Firstly, thank you for the replies.
Here is my file now
*#
#!/bin/sh
#

if /sbin/insmod -f /lib/modules/turbonet2.o macaddr=00:0B:AD:69:C6:67 ; then
export DYNAMIC_NET_DEV=eth0
/sbin/ifconfig eth0 192.168.1.5 netmask 255.255.255.0 up
/sbin/route.tivo add default gw 192.168.1.1 netmask 0.0.0.0
fi*
This came from my running nic_config_tivo
Here I discovered that it was set to use dialup still.
Changed that so it now says daily call network.
I am unsure as to what settings to put into the phone setup,
does it still need the ,#401? what about the Phone available and Dial tone detection ?
I have currently got no prefixes and both detections to off (the wife has tried all combinations this afternoon) but now I get the error on Connecting (Failed. Number unavailable.)
Is there anything anyone can think of for me to check please?
The trouble with buying one with a card already fitted is you don't know what else has been done to it, although the previous owner assures me that his did work over the internet.
Oh I can ping that TiVo server as well.

Thanks in advance.


----------



## Rob Nespor Bellis (Feb 17, 2001)

You do not need to put anything into the phone set-up. The rc.net now looks right ( it has to be eth0 for the daily call to go over ethernet ) and the settings all look correct as long as your router is on 192.168.1.1

What happens when you do a test call?

Rgds,

R.


----------



## staffie2001uk (Apr 1, 2004)

Who is you ISP? 

I think there have been issues reported with transparent proxies with some ISPs. Bulldog is one that I seem to remember. 

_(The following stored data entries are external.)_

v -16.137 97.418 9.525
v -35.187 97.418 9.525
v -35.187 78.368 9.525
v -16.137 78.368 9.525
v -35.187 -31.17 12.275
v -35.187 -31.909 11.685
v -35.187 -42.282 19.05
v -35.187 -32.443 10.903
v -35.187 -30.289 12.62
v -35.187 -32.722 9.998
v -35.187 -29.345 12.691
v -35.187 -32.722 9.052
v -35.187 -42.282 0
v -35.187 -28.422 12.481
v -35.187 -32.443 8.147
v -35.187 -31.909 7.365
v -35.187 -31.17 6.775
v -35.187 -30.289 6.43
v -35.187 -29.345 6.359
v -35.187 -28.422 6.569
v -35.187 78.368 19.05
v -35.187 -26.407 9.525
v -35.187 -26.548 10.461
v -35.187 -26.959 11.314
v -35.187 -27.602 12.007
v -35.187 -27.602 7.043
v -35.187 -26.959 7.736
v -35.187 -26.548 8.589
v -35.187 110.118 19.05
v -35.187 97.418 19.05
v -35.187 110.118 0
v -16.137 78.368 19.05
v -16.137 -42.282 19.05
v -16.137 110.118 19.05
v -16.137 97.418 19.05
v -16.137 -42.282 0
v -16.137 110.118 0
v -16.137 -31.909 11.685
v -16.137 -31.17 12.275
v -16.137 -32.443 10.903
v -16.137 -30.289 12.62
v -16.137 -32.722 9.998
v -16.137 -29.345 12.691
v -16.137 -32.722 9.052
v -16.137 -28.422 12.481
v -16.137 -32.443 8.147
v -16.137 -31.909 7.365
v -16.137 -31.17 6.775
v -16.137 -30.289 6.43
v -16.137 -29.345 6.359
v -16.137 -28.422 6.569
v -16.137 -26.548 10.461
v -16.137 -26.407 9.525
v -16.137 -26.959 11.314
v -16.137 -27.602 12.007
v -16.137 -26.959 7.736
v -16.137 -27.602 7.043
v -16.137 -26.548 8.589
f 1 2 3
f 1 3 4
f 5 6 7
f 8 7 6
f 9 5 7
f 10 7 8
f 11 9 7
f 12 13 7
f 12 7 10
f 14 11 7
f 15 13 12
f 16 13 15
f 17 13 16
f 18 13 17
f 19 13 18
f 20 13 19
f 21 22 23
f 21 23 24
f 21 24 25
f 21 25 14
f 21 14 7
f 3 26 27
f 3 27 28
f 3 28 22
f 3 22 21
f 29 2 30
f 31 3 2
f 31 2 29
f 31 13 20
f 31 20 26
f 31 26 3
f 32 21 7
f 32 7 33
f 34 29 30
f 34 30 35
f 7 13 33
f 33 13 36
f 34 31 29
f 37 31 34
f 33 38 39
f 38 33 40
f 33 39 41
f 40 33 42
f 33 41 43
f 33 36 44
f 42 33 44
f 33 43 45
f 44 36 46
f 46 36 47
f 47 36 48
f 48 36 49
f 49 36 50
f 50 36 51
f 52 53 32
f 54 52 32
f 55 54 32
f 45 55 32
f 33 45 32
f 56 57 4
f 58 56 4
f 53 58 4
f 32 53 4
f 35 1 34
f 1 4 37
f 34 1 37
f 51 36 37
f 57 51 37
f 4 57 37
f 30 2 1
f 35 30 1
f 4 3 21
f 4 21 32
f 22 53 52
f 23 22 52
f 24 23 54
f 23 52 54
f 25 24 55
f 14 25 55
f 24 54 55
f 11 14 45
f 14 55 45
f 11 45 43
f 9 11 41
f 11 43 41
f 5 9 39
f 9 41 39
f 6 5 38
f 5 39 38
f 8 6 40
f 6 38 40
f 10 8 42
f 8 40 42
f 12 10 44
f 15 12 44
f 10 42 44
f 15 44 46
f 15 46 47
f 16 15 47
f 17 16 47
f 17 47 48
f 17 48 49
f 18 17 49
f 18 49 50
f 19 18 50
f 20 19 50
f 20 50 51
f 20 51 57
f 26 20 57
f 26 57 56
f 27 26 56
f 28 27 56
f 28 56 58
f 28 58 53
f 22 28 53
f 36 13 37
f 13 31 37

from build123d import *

# Parameters (mm, degrees)
F0_W     = 19.05
F0_H     = 19.05
F1_DEPTH = 9.525
F0_H_2   = 120.65
F0_H_3   = 12.7
F2_DEPTH = 19.05
F4_D     = 6.35


with BuildPart() as f1:
    # F0 (on Top) → F1 (new body)
    with BuildSketch(Plane.XY):
        with Locations((-25.66231, 87.892967)):
            Rectangle(F0_W, F0_H)
    extrude(amount=F1_DEPTH)

    # F0 (on Top) → F2 (join)
    with BuildSketch(Plane.XY):
        with Locations((-25.66231, 18.042967)):
            Rectangle(F0_W, F0_H_2)
        with Locations((-25.66231, 103.767967)):
            Rectangle(F0_W, F0_H_3)
    extrude(amount=F2_DEPTH)

    # F4 (through all)
    with Locations(Plane(origin=(-35.18731, 0, 0), x_dir=(0, -1, 0), z_dir=(-1, 0, 0))):
        with Locations((29.582033, 9.525)):
            Hole(F4_D / 2)


solid = f1.part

If you search the forum for transparent proxies, you may find something that helps. 

Also, check that anything you are running from sysinit.author is properly backgrounded with >dev/null 2>&1 & on the end of each command line. I have heard of this causing various conflicts. 

Hope this helps,

Col.


----------



## skel28 (Oct 18, 2002)

Hi, ok I've updated the cachecard drivers to the 20050218 (from silicondusts site)
I've put the phone settings to None, None, Tone, On, On.
When I try the test call I get, Preparing Done, Dialling Done, Connecting Failed. Number unavailable.
My router is indeed 192.168.1.1 and I've even set the DMZ to be the TiVo's ip address just in case any ports needed to be open.
It's doing my head in now lol.
Want any logs or anything?
Sorry to be such a pain.
Thanks
Jim


----------



## skel28 (Oct 18, 2002)

Thanks Col, I'm with Demon and I'll check sysinit.author tooo.


----------



## skel28 (Oct 18, 2002)

Right then I've done this :- 
Hacking the Ident.itcl file

* From the # prompt type:
/var/hack/joe /tvlib/tcl/tv/Ident.itcl
* Look for this line puts $conn "IDB_TIMESTAMP: $now"
* Insert puts $conn "Content-Length: 0" directly after that line
* Save the file:
Ctrl-K-X
* From the # prompt type:
mount -o remount,ro / (Makes the File System Read Only)
sync (Flushes your changes to disk)

and this
To avoid the problem with the daily call failing when using internet data downloading you need to make sure your each of your rc.sysinit.author or rc.sysinit.author.edit (the one the Startup Editor utility edits) command lines ends with preferably >/dev/null 2>&1 & or at least an & sign. If the lines don't have this ending then these utilities aren't properly backgrounded and interferes with the operation of main Tivo applications such as the Daily Call.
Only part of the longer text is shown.